Pope Francis invoked four Americans in his historic speech to Congress on Thursday. Two are instantly recognizable: Abraham Lincoln and the Rev. Martin Luther King, Jr. The others — Dorothy Day and Thomas Merton — were Roman Catholic activists and ardent pacifists but lesser known, until the papal mentions sent many listeners on a Google search.
Thomas Merton
Merton, a French-born Trappist monk and arguably the most influential Catholic writer of the last century, converted to Catholicism after a stormy start in life. His parents were artists, and both died before Merton grew to adulthood.
In his most famous book, the autobiographical “The Seven Storey Mountain,” Merton describes a wild and indulgent youth that involved excessive drinking and womanizing. He even fathered an illegitimate child.
“I labored to enslave myself in the bonds of my own intolerable disgust,” he wrote.
Searching for meaning in his life, Merton boarded a train in December 1941 that took him from New York to the Trappist abbey in Gethsemani, Kentucky, where he immersed himself in the Catholic Church.

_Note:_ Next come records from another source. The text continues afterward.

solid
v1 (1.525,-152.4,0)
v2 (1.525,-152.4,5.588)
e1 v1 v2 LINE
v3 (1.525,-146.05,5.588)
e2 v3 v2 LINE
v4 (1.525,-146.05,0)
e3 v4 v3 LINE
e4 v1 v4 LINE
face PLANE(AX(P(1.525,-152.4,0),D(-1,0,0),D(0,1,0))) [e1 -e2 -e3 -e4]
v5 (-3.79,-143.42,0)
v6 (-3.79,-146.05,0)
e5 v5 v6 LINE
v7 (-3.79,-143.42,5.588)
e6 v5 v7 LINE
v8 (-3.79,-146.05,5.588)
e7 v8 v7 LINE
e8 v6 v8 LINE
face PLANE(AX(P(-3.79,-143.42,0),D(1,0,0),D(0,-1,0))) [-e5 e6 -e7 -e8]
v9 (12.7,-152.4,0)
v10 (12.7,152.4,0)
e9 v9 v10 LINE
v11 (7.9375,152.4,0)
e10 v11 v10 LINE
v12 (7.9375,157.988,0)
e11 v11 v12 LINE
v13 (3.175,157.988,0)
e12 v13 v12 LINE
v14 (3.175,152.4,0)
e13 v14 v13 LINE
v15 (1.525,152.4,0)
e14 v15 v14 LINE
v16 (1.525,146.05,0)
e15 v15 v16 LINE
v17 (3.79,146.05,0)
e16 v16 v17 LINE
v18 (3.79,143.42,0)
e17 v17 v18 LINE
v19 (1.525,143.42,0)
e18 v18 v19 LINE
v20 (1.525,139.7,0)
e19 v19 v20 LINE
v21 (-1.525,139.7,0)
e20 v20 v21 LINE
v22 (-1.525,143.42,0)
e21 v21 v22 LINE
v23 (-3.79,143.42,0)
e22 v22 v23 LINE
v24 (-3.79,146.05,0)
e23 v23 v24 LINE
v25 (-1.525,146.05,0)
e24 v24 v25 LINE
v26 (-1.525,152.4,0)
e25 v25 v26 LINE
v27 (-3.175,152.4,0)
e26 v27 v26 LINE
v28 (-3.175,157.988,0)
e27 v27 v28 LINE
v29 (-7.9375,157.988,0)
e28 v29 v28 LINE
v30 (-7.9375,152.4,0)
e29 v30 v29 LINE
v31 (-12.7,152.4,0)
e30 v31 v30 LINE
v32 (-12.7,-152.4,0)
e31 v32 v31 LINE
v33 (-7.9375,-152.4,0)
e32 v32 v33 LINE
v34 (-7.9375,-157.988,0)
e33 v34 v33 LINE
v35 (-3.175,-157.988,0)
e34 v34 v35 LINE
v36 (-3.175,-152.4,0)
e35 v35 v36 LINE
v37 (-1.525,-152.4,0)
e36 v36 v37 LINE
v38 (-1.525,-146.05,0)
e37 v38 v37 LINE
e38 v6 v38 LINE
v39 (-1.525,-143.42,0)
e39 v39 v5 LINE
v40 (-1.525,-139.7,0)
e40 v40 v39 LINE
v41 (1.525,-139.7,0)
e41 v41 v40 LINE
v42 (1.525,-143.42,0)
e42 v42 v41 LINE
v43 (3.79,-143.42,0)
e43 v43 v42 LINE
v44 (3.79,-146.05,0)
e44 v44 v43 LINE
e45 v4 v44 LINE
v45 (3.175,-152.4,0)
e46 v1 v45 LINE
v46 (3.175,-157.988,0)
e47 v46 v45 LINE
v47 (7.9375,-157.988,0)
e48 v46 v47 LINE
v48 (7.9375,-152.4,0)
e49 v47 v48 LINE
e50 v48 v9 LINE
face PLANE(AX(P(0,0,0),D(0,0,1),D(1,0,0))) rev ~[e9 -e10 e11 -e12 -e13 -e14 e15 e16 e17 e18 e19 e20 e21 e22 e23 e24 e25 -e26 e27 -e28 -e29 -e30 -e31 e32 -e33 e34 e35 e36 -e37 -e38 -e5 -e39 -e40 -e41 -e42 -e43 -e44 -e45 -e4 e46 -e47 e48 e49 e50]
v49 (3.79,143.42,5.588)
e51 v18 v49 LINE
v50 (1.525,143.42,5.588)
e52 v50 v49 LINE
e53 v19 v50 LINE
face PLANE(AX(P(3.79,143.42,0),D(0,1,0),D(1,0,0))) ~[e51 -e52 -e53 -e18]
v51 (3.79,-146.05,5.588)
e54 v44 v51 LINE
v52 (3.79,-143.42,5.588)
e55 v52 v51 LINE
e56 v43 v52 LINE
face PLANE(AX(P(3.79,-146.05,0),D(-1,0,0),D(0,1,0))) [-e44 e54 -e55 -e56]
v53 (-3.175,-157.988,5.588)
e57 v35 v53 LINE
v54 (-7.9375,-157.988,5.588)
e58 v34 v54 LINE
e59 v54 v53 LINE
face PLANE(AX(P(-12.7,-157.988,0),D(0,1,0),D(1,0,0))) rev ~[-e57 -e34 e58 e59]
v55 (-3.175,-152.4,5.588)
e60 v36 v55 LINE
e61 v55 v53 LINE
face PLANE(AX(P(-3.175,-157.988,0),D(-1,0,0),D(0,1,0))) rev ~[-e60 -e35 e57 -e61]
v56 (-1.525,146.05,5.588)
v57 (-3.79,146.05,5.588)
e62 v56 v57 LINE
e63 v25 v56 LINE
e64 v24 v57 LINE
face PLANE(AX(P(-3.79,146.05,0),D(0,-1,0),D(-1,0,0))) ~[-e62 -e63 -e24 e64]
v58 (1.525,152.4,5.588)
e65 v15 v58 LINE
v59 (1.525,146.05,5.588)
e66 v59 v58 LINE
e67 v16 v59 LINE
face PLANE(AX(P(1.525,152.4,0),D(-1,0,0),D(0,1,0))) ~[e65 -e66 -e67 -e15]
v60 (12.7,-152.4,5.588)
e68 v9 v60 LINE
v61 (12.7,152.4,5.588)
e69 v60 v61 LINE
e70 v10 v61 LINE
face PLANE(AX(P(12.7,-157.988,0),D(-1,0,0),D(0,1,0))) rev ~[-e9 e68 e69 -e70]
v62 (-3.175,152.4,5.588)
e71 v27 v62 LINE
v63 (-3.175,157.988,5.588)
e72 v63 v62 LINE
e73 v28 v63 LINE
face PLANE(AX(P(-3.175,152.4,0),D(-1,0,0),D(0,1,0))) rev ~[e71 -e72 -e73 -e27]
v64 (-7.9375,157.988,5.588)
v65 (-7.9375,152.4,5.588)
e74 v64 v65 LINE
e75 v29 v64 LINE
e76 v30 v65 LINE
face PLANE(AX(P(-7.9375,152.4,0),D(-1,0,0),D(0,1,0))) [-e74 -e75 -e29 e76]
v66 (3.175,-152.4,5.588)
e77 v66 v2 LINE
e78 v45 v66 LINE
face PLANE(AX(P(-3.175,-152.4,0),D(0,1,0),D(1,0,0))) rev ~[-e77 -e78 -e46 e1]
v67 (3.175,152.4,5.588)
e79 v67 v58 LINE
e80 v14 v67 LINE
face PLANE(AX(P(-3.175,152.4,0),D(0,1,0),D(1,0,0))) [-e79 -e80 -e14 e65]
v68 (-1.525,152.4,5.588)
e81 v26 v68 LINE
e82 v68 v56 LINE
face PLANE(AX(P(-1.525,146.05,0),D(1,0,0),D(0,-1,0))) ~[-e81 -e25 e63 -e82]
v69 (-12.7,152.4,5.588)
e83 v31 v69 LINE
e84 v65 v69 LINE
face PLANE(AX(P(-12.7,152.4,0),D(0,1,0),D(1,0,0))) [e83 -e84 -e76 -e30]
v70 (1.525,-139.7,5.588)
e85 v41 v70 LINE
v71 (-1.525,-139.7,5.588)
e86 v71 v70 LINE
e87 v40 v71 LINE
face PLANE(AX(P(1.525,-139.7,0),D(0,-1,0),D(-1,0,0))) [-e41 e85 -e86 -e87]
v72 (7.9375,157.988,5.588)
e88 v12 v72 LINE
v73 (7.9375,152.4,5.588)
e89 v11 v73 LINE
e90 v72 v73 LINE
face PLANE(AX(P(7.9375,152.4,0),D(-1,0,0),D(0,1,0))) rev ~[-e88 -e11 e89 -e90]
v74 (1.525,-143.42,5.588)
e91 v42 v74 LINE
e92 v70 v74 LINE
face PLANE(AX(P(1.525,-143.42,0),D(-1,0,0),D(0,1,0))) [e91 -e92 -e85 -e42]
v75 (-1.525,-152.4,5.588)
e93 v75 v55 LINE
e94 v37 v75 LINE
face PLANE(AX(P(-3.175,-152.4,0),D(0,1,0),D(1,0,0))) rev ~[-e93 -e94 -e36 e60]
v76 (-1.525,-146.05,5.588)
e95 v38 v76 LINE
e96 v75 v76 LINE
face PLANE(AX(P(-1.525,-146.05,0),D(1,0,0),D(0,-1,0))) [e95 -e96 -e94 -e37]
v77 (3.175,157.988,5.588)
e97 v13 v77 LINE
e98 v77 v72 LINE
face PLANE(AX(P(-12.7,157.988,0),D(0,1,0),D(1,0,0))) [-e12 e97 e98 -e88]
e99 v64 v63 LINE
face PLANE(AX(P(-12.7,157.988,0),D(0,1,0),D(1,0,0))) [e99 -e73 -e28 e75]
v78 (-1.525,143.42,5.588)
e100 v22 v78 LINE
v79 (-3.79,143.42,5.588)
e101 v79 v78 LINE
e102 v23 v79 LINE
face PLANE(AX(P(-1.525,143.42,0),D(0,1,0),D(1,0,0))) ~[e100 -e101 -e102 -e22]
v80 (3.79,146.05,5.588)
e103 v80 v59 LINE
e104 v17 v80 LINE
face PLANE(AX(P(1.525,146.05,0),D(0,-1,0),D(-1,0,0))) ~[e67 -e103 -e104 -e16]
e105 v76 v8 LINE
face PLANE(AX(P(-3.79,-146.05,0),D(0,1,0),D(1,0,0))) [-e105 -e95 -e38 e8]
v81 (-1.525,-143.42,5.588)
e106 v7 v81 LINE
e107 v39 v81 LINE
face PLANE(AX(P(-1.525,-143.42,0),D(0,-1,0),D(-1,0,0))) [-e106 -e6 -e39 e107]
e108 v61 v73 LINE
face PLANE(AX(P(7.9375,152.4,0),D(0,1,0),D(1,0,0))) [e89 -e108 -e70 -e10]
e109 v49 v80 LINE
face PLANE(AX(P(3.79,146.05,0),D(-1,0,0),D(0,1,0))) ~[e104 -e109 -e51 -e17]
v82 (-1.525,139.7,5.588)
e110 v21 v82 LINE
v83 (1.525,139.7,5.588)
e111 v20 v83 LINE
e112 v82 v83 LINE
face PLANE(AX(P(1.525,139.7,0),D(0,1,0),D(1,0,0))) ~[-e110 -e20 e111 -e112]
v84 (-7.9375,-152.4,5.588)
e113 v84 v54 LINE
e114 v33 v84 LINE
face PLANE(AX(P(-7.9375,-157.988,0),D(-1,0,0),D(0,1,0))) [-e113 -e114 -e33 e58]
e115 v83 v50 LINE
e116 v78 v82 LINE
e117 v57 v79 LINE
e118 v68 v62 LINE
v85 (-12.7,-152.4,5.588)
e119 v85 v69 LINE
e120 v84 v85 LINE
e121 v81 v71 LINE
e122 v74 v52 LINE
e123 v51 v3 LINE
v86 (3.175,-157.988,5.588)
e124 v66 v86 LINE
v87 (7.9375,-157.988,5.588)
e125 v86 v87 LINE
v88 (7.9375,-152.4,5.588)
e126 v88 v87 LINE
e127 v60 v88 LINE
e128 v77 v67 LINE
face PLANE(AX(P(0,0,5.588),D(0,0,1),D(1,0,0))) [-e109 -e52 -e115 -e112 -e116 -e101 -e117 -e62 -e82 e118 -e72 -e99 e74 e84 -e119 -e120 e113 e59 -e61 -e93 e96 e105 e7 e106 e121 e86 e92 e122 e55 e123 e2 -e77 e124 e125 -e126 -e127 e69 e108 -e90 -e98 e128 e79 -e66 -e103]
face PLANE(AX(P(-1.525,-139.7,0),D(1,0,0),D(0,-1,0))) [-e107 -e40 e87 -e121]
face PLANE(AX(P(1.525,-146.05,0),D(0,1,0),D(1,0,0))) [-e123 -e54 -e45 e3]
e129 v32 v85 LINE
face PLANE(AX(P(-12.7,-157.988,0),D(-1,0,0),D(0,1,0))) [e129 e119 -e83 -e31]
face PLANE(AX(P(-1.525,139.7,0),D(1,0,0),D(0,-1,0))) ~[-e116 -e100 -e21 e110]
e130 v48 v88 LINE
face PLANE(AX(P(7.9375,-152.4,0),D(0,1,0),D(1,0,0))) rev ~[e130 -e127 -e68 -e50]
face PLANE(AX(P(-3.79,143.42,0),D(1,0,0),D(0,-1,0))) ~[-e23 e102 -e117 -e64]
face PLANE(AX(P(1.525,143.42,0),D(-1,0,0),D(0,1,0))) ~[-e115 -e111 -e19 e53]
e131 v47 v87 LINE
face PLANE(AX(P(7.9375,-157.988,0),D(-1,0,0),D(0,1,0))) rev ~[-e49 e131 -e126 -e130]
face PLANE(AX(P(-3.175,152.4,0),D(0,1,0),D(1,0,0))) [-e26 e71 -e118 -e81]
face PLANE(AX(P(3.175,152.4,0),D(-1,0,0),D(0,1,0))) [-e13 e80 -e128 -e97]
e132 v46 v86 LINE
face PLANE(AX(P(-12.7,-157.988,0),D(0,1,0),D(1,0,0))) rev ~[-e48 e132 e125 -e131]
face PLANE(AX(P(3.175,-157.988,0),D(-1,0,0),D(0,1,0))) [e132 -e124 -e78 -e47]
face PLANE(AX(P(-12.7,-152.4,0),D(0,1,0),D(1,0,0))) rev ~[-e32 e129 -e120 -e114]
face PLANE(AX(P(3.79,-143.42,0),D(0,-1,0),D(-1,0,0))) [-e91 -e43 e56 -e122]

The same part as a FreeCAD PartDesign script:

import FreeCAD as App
import Part
import Sketcher
from FreeCAD import Vector
Q = App.Units.Quantity

doc = App.newDocument("Part")
params = doc.addObject("Spreadsheet::Sheet", "Params")
for row, (alias, value) in enumerate([
    ("sketch1_width", "1 in"),
    ("sketch1_height", "12.44 in"),
    ("pad1_length", "0.22 in"),
    ("sketch2_width", "0.25 in"),
    ("sketch2_height", "0.22 in"),
    ("sketch2_width2", "0.1875 in"),
    ("sketch3_height", "0.25 in"),
], start=1):
    params.set(f"A{row}", alias)
    params.set(f"B{row}", "=" + value)
    params.setAlias(f"B{row}", alias)

body = doc.addObject("PartDesign::Body", "Body")

sketch1 = doc.addObject("Sketcher::SketchObject", "Sketch")
body.addObject(sketch1)
sketch1.AttachmentSupport = (doc.XY_Plane, [""])
sketch1.MapMode = "FlatFace"
sketch1.addGeometry(Part.LineSegment(Vector(-13, 158, 0), Vector(-13, -158, 0)), False)
sketch1.addGeometry(Part.LineSegment(Vector(-13, -158, 0), Vector(13, -158, 0)), False)
sketch1.addGeometry(Part.LineSegment(Vector(13, -158, 0), Vector(13, 158, 0)), False)
sketch1.addGeometry(Part.LineSegment(Vector(13, 158, 0), Vector(-13, 158, 0)), False)
sketch1.addConstraint(Sketcher.Constraint("Coincident", 0, 2, 1, 1))
sketch1.addConstraint(Sketcher.Constraint("Coincident", 1, 2, 2, 1))
sketch1.addConstraint(Sketcher.Constraint("Coincident", 2, 2, 3, 1))
sketch1.addConstraint(Sketcher.Constraint("Coincident", 3, 2, 0, 1))
sketch1.addConstraint(Sketcher.Constraint("Vertical", 0))
sketch1.addConstraint(Sketcher.Constraint("Horizontal", 1))
sketch1.addConstraint(Sketcher.Constraint("Vertical", 2))
sketch1.addConstraint(Sketcher.Constraint("Horizontal", 3))
sketch1.addConstraint(Sketcher.Constraint("Symmetric", 0, 2, 2, 2, -1, 1))
sketch1.addConstraint(Sketcher.Constraint("DistanceX", 1, 1, 1, 2, Q("1 in")))
sketch1.addConstraint(Sketcher.Constraint("DistanceY", 0, 2, 0, 1, Q("12.44 in")))
sketch1.setExpression("Constraints[9]", "Params.sketch1_width")
sketch1.setExpression("Constraints[10]", "Params.sketch1_height")
pad1 = doc.addObject("PartDesign::Pad", "Pad")
body.addObject(pad1)
pad1.Profile = sketch1
pad1.setExpression("Length", "Params.pad1_length")

sketch2 = doc.addObject("Sketcher::SketchObject", "Sketch001")
body.addObject(sketch2)
sketch2.AttachmentSupport = (doc.XY_Plane, [""])
sketch2.MapMode = "FlatFace"
sketch2.addGeometry(Part.LineSegment(Vector(-12.7, -152.4, 0), Vector(-12.7, -158, 0)), False)
sketch2.addGeometry(Part.LineSegment(Vector(-12.7, -158, 0), Vector(-7.9, -158, 0)), False)
sketch2.addGeometry(Part.LineSegment(Vector(-7.9, -158, 0), Vector(-7.9, -152.4, 0)), False)
sketch2.addGeometry(Part.LineSegment(Vector(-7.9, -152.4, 0), Vector(-12.7, -152.4, 0)), False)
sketch2.addGeometry(Part.LineSegment(Vector(7.9, -152.4, 0), Vector(7.9, -158, 0)), False)
sketch2.addGeometry(Part.LineSegment(Vector(7.9, -158, 0), Vector(12.7, -158, 0)), False)
sketch2.addGeometry(Part.LineSegment(Vector(12.7, -158, 0), Vector(12.7, -152.4, 0)), False)
sketch2.addGeometry(Part.LineSegment(Vector(12.7, -152.4, 0), Vector(7.9, -152.4, 0)), False)
sketch2.addGeometry(Part.LineSegment(Vector(-3.2, -152.4, 0), Vector(-3.2, -158, 0)), False)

Merton was later hailed as the conscience of pacifists. He was a strong supporter of the civil rights movement, which he called “certainly the greatest example of Christian faith in action in the social history of the United States.” He and King were very much engaged in each other’s work, said Mark Meade, assistant director of the Thomas Merton Center in Louisville.
In the last years of his life, Merton spent time exploring Eastern religions, especially Zen Buddhism. He visited India, met with the Dalai Lama and studied similarities between Buddhism and Christianity. The Dalai Lama, Meade said, praised Merton by saying he had a deeper understanding of Buddhism than any other Christian he’d known.
Merton stirred controversy with his beliefs among Catholics, certainly, but also among Christians at large who saw his social activism as ill-fitting for a monk. People angered by Merton’s stance against the Vietnam War burned his books not far from the Kentucky abbey.
“Merton challenged people on the left and the right,” Meade said. “It’s evident that (the Pope and Merton) care about the same sort of themes. In some ways it makes a lot of sense the Pope mentioned him. But we didn’t see it coming.”
Merton died in Bangkok in 1968, the victim of an accidental electrocution. Thursday marked a redemption of sorts when the Pope called him a “thinker who challenged certitudes of his time and opened new horizons for souls and for the church.”
Dororthy Day
Before Dorothy Day became a devout Catholic — the sort who’s being considered for canonization and was given a shout out by Pope Francis in his address to Congress — she was, in some people’s views, far from saintly.
She was a radical journalist, an activist who was branded a communist and socialist. She was a free-wheeling woman who had affairs. She drank, she smoked and, get this, she had an abortion. Later, she gave birth to a child out of wedlock.
“We know all of that because she told us herself,” says Paul Elie, who wrote about Day — and others, including Merton — in “The Life You Save May Be Your Own: An American Pilgrimage.”
What’s made her controversial, while being considered for sainthood, is not these matters but rather her position as a pacifist and anarchist who opposed all war and called out bishops who failed to do the same, says Elie, a senior fellow in Georgetown University’s Berkley Center for Religion, Peace & World Affairs. During the Cold War, most notably, she spoke out against American militarism, “in the name of Catholicism,” while criticizing bishops who backed America’s policies.
“She was a faithful daughter of the church but had no hesitation condemning things she thought were wrong in the Catholic world,” says Elie, who is covering the Pope’s visit to the U.S. for Vanity Fair.
Day converted to Catholicism in the late 1920s and died in 1980 at age 83. She was the co-founder of the Catholic Worker Movement, a staunchly pacifist movement that works on behalf of the poor and homeless. And it’s who she became that Pope Francis chose to honor.
“Her social activism, her passion for justice and for the cause of the oppressed, were inspired by the Gospel, her faith, and the example of saints,” the Pope said.